What you are asked to do ::
In the material below, find the line containing "f 199 198 197" and the line containing "f 176 49 47", then reproduce exactly both of them and every line between, and nothing else.
----
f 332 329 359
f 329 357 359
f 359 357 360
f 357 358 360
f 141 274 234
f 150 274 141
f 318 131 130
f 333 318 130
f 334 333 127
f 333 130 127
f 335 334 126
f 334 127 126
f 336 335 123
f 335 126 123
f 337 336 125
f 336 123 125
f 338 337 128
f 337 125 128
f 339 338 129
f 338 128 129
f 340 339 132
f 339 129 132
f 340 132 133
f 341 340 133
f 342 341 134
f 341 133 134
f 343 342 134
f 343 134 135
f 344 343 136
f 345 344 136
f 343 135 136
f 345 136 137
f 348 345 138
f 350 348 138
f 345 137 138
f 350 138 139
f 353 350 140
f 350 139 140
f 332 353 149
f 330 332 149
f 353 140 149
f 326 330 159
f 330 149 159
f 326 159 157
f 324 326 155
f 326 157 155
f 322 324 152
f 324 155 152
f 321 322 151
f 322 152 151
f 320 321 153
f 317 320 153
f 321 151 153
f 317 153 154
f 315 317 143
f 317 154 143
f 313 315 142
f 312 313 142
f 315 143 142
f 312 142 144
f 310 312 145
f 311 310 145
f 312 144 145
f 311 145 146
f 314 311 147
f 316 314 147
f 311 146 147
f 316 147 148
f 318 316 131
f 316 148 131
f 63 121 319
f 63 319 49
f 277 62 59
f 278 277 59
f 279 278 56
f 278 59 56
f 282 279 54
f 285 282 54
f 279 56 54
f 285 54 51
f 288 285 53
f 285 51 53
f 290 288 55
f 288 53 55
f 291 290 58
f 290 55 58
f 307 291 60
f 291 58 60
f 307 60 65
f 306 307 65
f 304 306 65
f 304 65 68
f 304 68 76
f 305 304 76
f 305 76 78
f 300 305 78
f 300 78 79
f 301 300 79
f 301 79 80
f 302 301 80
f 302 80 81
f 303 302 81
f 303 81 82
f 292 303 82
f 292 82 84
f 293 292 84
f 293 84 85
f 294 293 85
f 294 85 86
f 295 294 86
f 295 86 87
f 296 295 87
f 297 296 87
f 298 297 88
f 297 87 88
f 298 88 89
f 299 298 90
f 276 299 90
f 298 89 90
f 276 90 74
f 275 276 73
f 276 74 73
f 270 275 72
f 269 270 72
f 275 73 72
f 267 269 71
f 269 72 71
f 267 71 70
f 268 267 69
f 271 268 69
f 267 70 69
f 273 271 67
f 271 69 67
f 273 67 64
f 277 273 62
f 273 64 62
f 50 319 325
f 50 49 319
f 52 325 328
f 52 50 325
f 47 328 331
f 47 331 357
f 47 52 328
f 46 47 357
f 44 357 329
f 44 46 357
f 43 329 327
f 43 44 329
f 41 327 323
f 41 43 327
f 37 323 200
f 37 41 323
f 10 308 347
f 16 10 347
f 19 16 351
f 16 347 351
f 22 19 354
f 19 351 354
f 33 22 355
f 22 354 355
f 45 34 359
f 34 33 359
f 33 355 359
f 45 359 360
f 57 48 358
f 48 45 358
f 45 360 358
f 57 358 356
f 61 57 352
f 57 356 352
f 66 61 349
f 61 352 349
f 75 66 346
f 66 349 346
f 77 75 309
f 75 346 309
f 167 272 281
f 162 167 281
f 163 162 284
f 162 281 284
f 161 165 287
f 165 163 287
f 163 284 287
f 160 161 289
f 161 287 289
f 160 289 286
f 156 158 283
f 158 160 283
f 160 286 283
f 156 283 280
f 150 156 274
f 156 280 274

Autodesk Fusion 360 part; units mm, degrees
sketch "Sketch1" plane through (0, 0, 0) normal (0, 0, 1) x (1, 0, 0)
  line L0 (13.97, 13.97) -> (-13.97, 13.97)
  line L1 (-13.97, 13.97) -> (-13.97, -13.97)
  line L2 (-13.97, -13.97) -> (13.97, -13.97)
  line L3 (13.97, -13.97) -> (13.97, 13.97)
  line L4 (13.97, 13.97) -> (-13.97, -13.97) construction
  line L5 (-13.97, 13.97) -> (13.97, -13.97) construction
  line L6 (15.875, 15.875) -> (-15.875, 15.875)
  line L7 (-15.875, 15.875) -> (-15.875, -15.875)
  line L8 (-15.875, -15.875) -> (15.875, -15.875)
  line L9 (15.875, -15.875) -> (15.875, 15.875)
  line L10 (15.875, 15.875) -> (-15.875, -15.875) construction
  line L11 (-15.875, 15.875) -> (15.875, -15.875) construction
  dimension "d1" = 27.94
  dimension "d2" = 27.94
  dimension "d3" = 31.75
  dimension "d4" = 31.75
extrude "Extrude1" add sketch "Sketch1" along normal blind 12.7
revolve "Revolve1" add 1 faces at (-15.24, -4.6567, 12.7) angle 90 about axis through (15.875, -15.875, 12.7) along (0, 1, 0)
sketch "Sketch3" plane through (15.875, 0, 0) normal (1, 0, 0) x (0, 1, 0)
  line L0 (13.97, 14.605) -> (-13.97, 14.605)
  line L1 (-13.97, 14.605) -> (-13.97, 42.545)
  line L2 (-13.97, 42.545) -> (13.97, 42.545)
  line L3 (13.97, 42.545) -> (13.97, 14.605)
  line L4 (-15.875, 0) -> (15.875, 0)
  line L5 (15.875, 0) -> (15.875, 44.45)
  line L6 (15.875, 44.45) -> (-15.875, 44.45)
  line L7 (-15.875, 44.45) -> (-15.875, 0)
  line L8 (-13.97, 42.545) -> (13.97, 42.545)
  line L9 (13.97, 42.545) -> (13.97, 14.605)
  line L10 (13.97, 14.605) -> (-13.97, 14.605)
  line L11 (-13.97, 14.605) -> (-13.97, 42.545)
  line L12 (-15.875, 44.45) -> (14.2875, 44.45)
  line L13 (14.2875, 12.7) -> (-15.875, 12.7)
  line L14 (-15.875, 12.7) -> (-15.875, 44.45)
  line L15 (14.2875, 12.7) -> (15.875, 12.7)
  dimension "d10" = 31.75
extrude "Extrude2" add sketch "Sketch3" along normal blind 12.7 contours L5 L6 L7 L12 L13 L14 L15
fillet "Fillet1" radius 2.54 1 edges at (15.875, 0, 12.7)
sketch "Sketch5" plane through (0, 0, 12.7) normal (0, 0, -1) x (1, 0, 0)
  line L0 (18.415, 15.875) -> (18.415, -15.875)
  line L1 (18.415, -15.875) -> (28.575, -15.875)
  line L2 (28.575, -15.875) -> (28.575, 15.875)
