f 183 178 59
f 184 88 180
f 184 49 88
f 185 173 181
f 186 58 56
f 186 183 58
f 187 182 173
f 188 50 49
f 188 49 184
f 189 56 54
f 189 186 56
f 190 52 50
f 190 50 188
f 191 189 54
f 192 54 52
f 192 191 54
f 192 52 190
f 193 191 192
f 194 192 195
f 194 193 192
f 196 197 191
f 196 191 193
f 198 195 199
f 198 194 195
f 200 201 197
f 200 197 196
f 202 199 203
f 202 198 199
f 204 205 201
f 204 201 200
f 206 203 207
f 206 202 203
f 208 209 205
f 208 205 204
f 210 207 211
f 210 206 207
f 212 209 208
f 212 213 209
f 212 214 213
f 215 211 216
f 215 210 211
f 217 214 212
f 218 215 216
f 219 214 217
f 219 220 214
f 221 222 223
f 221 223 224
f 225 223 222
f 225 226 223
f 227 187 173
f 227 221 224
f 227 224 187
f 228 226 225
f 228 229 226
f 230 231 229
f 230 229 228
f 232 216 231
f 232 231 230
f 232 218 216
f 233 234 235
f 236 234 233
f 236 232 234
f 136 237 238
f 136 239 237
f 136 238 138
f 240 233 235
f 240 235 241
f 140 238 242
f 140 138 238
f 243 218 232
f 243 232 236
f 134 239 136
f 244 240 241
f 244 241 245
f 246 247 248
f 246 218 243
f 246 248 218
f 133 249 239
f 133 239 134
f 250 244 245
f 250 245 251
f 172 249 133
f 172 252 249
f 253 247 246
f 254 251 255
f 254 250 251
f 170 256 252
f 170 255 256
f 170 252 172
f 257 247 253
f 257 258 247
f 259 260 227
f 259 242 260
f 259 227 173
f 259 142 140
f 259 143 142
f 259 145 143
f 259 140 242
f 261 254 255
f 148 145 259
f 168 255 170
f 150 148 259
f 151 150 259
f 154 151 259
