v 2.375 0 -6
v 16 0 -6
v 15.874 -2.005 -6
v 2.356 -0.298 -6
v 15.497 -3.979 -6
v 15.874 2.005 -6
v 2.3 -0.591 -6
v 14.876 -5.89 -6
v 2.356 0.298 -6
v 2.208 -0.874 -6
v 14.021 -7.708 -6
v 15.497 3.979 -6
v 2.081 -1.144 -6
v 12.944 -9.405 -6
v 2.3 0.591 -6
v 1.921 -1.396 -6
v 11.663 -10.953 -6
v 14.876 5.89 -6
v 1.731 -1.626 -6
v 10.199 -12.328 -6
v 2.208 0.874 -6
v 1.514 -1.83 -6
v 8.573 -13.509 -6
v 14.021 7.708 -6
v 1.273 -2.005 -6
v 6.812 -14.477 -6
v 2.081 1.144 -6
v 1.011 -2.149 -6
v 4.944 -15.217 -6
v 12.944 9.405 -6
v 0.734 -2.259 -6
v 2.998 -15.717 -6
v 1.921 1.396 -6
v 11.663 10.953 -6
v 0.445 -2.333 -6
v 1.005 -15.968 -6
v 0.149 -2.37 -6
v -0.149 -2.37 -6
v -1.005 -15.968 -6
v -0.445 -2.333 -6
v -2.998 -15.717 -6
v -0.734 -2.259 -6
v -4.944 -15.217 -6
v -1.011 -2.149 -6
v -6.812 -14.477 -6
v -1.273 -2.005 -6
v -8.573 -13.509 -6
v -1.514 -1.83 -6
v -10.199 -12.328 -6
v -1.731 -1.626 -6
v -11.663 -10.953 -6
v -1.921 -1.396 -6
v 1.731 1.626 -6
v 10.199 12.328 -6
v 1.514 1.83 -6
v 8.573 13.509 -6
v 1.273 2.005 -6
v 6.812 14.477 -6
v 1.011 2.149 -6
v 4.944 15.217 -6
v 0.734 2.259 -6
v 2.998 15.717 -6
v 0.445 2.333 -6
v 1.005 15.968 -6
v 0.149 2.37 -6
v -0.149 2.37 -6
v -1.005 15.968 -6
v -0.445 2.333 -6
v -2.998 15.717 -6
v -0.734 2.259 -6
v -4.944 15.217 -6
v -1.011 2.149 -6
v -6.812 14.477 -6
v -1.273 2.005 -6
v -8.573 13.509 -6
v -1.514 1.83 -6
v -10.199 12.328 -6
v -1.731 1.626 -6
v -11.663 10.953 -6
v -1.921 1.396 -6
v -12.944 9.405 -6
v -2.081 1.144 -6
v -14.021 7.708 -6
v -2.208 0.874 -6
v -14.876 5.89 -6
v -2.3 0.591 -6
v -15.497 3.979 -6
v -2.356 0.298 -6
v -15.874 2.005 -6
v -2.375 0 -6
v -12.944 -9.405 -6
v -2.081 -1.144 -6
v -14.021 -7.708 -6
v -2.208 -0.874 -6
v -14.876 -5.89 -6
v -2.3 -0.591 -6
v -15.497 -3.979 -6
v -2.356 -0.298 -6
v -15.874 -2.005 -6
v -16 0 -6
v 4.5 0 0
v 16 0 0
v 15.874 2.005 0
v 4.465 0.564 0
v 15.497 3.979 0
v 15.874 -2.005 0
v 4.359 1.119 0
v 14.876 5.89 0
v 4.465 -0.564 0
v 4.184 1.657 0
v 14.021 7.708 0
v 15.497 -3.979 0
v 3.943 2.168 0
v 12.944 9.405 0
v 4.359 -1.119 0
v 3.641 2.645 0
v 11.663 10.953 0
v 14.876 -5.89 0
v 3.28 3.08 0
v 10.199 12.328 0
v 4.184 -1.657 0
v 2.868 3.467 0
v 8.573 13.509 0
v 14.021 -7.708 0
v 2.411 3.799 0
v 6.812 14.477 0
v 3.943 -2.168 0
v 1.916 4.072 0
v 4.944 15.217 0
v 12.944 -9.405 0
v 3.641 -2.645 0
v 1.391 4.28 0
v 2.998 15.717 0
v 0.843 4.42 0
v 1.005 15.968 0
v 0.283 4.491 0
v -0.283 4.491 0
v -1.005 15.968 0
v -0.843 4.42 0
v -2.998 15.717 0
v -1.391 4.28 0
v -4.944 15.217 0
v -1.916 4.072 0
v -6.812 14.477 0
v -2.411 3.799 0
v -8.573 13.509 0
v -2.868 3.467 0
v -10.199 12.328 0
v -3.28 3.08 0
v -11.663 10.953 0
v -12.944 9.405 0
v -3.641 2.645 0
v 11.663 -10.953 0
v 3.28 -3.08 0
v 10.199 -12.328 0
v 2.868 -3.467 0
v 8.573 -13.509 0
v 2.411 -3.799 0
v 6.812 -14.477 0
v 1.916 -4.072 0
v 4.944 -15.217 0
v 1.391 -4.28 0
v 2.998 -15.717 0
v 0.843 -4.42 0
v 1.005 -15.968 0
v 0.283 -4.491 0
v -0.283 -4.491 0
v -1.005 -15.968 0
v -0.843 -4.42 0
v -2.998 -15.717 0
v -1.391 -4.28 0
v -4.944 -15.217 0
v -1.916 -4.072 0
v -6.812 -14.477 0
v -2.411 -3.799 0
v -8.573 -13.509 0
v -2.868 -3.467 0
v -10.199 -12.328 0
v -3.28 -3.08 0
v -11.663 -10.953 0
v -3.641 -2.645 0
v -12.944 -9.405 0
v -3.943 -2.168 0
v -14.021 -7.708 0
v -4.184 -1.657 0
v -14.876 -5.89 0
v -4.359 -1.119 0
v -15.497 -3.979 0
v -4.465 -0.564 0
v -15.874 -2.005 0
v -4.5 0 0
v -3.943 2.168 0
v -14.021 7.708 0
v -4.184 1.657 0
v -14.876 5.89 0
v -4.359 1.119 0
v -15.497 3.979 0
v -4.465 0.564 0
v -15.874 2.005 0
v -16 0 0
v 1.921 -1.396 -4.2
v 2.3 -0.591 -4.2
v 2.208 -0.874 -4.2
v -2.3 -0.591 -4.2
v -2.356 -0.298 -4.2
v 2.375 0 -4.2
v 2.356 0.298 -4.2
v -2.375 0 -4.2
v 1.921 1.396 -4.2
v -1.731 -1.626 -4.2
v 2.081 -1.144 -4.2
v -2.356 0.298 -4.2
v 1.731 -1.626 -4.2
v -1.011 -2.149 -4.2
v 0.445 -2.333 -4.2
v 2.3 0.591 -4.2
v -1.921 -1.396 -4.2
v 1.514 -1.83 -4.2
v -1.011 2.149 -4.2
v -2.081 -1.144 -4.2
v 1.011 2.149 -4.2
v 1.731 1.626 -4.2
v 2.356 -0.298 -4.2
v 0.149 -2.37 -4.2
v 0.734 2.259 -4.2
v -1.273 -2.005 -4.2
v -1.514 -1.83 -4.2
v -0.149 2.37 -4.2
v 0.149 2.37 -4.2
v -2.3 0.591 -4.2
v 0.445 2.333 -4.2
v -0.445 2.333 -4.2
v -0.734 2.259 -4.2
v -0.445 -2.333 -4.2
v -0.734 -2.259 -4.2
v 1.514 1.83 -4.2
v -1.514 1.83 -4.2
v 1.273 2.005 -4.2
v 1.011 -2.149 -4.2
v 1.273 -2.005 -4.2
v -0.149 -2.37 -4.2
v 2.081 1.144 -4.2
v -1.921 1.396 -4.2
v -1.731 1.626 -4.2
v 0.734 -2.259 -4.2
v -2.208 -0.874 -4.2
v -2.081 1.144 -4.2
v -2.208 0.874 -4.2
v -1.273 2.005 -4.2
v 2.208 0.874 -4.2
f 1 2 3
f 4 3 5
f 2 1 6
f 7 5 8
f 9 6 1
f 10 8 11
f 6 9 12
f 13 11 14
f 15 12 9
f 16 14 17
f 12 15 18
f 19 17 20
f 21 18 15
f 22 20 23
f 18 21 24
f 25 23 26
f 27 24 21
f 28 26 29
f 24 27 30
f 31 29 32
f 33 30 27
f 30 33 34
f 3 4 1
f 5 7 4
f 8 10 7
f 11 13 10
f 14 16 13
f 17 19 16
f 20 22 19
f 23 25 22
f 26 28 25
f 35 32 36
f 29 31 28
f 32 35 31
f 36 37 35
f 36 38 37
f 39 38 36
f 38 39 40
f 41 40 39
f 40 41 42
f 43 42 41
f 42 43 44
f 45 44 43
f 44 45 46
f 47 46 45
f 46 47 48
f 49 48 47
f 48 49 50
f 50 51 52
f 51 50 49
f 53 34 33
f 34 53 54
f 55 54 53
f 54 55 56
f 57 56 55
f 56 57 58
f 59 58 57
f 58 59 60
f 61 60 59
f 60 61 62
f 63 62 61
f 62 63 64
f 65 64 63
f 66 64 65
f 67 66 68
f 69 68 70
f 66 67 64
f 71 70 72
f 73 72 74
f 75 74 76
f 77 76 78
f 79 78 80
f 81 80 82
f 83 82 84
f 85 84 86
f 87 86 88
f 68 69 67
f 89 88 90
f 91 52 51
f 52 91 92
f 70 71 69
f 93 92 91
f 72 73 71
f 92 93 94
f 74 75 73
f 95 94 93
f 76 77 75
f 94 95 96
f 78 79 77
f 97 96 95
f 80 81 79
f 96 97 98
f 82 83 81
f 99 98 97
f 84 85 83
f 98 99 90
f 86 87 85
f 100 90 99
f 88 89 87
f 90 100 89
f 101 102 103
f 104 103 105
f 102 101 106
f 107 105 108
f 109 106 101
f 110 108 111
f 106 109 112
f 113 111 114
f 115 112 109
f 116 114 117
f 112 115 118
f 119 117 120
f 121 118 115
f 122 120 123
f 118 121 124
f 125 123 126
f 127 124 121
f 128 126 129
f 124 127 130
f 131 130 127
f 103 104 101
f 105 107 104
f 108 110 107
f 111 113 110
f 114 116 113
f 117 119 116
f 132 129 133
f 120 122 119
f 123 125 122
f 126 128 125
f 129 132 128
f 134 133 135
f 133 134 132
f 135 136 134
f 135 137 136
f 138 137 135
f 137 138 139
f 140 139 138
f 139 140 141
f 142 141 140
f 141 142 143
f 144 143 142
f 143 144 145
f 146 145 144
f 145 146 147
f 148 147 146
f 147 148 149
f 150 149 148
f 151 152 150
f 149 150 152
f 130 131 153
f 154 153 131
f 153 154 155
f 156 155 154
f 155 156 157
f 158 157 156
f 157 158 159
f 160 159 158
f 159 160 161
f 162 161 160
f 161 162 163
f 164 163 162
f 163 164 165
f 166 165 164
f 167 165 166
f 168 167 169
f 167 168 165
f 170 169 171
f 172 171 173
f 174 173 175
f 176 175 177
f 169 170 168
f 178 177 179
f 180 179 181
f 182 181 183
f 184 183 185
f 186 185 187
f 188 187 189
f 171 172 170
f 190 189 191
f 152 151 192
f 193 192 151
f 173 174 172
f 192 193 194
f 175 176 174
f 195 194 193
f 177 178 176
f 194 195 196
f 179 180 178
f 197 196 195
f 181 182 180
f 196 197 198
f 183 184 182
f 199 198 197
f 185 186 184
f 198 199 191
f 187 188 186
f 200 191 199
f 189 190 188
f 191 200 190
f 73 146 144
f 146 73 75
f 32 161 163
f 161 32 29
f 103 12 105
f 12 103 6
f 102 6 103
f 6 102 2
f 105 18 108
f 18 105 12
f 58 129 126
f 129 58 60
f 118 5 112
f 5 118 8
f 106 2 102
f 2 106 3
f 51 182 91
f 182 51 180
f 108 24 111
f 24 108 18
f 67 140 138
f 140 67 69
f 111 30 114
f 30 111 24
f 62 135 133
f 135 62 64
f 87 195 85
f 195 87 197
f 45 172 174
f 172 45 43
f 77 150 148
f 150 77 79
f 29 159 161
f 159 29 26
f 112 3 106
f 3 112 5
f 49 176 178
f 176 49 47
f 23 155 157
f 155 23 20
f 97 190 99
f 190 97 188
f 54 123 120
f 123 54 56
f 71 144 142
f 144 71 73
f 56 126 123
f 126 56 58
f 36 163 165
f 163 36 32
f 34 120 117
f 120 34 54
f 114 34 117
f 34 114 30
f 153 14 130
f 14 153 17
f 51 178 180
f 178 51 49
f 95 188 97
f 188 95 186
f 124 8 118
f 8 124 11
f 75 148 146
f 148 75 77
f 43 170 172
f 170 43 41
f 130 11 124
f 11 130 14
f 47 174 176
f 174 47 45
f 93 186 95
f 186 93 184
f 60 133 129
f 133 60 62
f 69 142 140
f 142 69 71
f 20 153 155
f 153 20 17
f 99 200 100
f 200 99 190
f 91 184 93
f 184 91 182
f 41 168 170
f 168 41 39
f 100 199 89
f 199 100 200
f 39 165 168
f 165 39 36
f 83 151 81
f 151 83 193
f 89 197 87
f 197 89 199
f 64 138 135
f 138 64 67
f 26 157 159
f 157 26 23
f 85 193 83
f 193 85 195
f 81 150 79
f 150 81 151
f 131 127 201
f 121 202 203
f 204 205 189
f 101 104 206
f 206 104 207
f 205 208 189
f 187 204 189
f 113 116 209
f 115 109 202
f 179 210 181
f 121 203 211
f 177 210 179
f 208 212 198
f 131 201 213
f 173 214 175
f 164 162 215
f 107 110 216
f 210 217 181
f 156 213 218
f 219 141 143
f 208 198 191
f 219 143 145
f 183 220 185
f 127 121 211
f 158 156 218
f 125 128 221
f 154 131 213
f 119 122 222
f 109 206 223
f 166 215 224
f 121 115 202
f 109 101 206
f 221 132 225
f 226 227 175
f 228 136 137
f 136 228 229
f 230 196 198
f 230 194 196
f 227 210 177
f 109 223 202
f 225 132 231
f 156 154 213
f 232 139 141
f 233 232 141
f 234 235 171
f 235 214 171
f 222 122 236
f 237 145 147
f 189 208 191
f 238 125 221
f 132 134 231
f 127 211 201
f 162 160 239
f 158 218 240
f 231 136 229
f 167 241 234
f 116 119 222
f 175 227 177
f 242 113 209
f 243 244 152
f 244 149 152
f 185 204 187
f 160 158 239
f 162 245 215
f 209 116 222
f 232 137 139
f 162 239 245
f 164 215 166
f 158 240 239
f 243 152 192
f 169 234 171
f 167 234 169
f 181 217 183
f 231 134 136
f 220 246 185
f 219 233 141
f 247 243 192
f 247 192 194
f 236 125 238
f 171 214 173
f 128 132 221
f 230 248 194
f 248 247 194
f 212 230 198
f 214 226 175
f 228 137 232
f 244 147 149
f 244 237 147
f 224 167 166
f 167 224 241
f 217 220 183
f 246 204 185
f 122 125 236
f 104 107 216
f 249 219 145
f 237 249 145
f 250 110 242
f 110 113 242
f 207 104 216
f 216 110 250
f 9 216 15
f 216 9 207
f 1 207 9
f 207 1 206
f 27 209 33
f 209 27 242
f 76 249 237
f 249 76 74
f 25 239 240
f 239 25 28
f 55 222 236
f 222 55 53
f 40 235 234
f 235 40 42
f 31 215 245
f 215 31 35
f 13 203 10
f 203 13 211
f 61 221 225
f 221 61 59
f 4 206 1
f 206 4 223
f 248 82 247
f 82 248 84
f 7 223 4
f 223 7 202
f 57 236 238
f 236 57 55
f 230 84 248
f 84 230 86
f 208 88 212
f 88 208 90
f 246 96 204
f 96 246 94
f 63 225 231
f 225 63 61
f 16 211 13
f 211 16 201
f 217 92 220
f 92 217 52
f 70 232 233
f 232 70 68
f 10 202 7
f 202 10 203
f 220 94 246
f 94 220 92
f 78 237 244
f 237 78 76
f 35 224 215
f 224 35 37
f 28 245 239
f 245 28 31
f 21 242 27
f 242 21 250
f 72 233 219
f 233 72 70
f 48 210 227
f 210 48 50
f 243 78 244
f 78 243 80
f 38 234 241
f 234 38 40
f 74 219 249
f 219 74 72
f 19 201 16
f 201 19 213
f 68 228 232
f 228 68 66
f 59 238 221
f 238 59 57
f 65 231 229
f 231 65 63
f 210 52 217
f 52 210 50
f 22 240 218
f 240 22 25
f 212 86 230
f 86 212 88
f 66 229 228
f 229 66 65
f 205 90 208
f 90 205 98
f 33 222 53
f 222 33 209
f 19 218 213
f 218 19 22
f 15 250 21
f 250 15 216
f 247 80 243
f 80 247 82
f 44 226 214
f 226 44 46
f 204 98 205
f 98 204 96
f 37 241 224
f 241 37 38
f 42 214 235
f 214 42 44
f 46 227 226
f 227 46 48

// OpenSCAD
$fn = 50;


difference() {
	union() {
		translate(v = [0, 0, -6.0000000000]) {
			cylinder(h = 6, r = 7.0000000000);
		}
		translate(v = [0, 0, -6.0000000000]) {
			cylinder(h = 6, r = 16.0000000000);
		}
	}
	union() {
		translate(v = [0, 0, 0]) {
			rotate(a = [0, 0, 0]) {
				difference() {
					union() {
						#translate(v = [0, 0, -6.0000000000]) {
							cylinder(h = 6, r = 2.2500000000);
						}
						#translate(v = [0, 0, -4.2000000000]) {
							cylinder(h = 4.2000000000, r = 7.0000000000, r1 = 2.3750000000, r2 = 4.5000000000);
						}
						#translate(v = [0, 0, -6.0000000000]) {
							cylinder(h = 6, r = 2.3750000000);
						}
						#translate(v = [0, 0, -6.0000000000]) {
							cylinder(h = 6, r = 2.2500000000);
						}
					}
					union();
				}
			}
		}
	}
}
----
Finished task ::
f 199 198 197
f 185 186 184
f 198 199 191
f 187 188 186
f 200 191 199
f 189 190 188
f 191 200 190
f 73 146 144
f 146 73 75
f 32 161 163
f 161 32 29
f 103 12 105
f 12 103 6
f 102 6 103
f 6 102 2
f 105 18 108
f 18 105 12
f 58 129 126
f 129 58 60
f 118 5 112
f 5 118 8
f 106 2 102
f 2 106 3
f 51 182 91
f 182 51 180
f 108 24 111
f 24 108 18
f 67 140 138
f 140 67 69
f 111 30 114
f 30 111 24
f 62 135 133
f 135 62 64
f 87 195 85
f 195 87 197
f 45 172 174
f 172 45 43
f 77 150 148
f 150 77 79
f 29 159 161
f 159 29 26
f 112 3 106
f 3 112 5
f 49 176 178
f 176 49 47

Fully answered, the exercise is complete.